Asylum applicants stay home
On the contrary, the number of asylum applicants from Kosovo in Western Europe has plummeted in the last three years: in 2015, it was 73,240, with only 1,005 applications accepted. In 2017, however, it had decreased to 7,575 according to EUROSTAT. In November 2018, the number of asylum applicants from Kosovo was as low as 120 – five times less than the same period last year.
Suad Sadullahi moved to Sweden in 2014 with his family for safety reasons. His protection status was refused, but he received a working permit in Sweden. In the period when Kosovo was going through difficult times, as a considerable number of people were joining ISIS in Syria, Sadullahi got into trouble.

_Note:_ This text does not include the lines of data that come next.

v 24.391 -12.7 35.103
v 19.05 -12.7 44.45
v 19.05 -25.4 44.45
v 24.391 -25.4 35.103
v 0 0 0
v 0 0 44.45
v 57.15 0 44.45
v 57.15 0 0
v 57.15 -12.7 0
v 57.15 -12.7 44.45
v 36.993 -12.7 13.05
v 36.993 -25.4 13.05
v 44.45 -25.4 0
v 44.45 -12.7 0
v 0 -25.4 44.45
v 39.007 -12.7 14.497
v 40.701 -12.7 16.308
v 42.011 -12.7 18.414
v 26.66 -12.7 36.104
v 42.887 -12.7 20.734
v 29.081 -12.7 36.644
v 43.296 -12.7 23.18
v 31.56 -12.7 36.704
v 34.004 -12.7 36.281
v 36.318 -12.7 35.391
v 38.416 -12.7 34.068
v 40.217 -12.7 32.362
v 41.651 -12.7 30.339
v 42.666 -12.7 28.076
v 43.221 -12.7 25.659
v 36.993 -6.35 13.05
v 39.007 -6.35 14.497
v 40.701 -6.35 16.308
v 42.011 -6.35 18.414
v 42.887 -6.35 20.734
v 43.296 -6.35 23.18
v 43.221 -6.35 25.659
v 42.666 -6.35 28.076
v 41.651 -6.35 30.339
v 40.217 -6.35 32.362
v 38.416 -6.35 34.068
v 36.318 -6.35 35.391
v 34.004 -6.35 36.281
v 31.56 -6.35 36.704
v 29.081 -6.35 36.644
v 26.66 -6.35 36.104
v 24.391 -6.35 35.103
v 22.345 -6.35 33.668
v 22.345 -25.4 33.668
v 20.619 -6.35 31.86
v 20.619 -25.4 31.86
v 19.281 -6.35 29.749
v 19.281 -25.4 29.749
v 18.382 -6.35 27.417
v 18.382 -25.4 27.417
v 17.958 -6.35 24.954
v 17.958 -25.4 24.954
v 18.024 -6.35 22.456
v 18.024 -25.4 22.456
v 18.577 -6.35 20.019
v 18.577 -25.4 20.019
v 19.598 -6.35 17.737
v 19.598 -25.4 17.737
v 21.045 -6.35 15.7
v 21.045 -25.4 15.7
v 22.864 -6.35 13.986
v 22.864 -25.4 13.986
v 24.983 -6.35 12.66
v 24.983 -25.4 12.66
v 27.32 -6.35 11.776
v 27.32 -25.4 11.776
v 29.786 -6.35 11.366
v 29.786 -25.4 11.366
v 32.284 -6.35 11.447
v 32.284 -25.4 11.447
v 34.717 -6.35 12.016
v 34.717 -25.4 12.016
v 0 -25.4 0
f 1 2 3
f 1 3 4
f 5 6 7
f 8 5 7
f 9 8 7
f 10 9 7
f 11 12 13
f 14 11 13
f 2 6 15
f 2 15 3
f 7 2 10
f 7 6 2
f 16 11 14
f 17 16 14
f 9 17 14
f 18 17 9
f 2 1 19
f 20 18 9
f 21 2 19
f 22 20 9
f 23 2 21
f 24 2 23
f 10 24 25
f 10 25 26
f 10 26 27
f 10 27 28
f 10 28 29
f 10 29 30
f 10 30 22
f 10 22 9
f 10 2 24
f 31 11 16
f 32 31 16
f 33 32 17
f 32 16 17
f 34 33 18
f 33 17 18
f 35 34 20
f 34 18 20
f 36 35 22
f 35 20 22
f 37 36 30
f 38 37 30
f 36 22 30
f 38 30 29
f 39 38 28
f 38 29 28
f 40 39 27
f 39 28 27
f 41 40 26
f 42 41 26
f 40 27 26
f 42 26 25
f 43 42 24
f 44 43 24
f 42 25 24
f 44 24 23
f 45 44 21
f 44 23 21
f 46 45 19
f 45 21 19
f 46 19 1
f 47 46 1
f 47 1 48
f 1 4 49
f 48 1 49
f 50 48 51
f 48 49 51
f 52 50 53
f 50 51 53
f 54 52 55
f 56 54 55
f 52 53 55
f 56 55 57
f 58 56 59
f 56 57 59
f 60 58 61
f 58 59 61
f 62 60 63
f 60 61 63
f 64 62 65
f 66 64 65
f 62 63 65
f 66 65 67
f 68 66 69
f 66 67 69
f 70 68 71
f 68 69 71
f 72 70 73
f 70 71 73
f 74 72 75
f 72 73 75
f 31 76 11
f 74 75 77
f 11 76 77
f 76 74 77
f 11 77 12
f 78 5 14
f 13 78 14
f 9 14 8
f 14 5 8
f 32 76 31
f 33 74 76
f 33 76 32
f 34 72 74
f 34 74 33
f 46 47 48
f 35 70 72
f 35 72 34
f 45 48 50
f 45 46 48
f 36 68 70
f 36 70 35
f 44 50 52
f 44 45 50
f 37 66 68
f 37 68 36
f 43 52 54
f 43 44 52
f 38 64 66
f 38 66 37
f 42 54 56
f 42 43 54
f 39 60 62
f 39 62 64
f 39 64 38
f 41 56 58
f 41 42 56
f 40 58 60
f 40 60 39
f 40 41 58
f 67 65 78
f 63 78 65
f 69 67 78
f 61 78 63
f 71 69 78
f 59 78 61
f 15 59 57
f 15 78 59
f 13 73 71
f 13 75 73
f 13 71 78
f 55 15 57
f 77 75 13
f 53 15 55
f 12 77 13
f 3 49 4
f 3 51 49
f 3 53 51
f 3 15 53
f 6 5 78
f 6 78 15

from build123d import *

# Parameters (mm, degrees)
F0_W     = 57.15
F0_H     = 44.45
F1_DEPTH = 25.4
F3_DEPTH = 12.7
F4_DEPTH = 19.05


with BuildPart() as f1:
    # F0 (on Front) → F1 (new body)
    with BuildSketch(Plane.XZ):
        with Locations((28.575, 22.225)):
            Rectangle(F0_W, F0_H)
    extrude(amount=F1_DEPTH)

    # F2 (on face) → F3 (cut)
    with BuildSketch(Plane.XZ.offset(25.4)):
        with BuildLine():
            Line((57.15, 44.45), (19.05, 44.45))
            Line((19.05, 44.45), (24.390971, 35.103302))
            ThreePointArc((24.390971, 35.103302), (41.651297, 30.339378), (36.992666, 13.050335))
            Line((36.992666, 13.050335), (44.45, 0))
            Line((44.45, 0), (57.15, 0))
            Line((57.15, 0), (57.15, 44.45))
        make_face()
    extrude(amount=-F3_DEPTH, mode=Mode.SUBTRACT)

    # F2 (on face) → F4 (cut)
    with BuildSketch(Plane.XZ.offset(25.4)):
        with BuildLine():
            ThreePointArc((36.992666, 13.050335), (41.651297, 30.339378), (24.390971, 35.103302))
            Line((24.390971, 35.103302), (36.992666, 13.050335))
        make_face()
        with BuildLine():
            Line((36.992666, 13.050335), (24.390971, 35.103302))
            ThreePointArc((24.390971, 35.103302), (19.597921, 17.737449), (36.992666, 13.050335))
        make_face()
    extrude(amount=-F4_DEPTH, mode=Mode.SUBTRACT)


solid = f1.part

“I helped my cousin get her son back from Syria, and during that year I got into trouble with Kosovo authorities, who were trying to force me not to talk about that case, as they wanted all the credit for themselves”, Sadullahi claims. Before moving to Sweden, he was working for the Kosovo Insurance Bureau (KIB) in Prishtina as Director of Information Centre. “Working conditions were good and wages were and still are very good,” he adds, but he needed a life in peace. Now, he lives in Malmö, Sweden with his wife and children and they are running a small business there.
In 2017, the number of Kosovo citizens registered in all EU countries was above 200,000, half of them (128,000) in Germany.
The inclination to migrate to Western countries was always a common pattern for Kosovo citizens. In the exodus of the late 1990s during the war in Kosovo, around a million Albanians from Kosovo left the country. When the war ended in 1999, most of them came back, dreaming of building a future in the newly established state. For many, that dream is now nothing but a painful memory.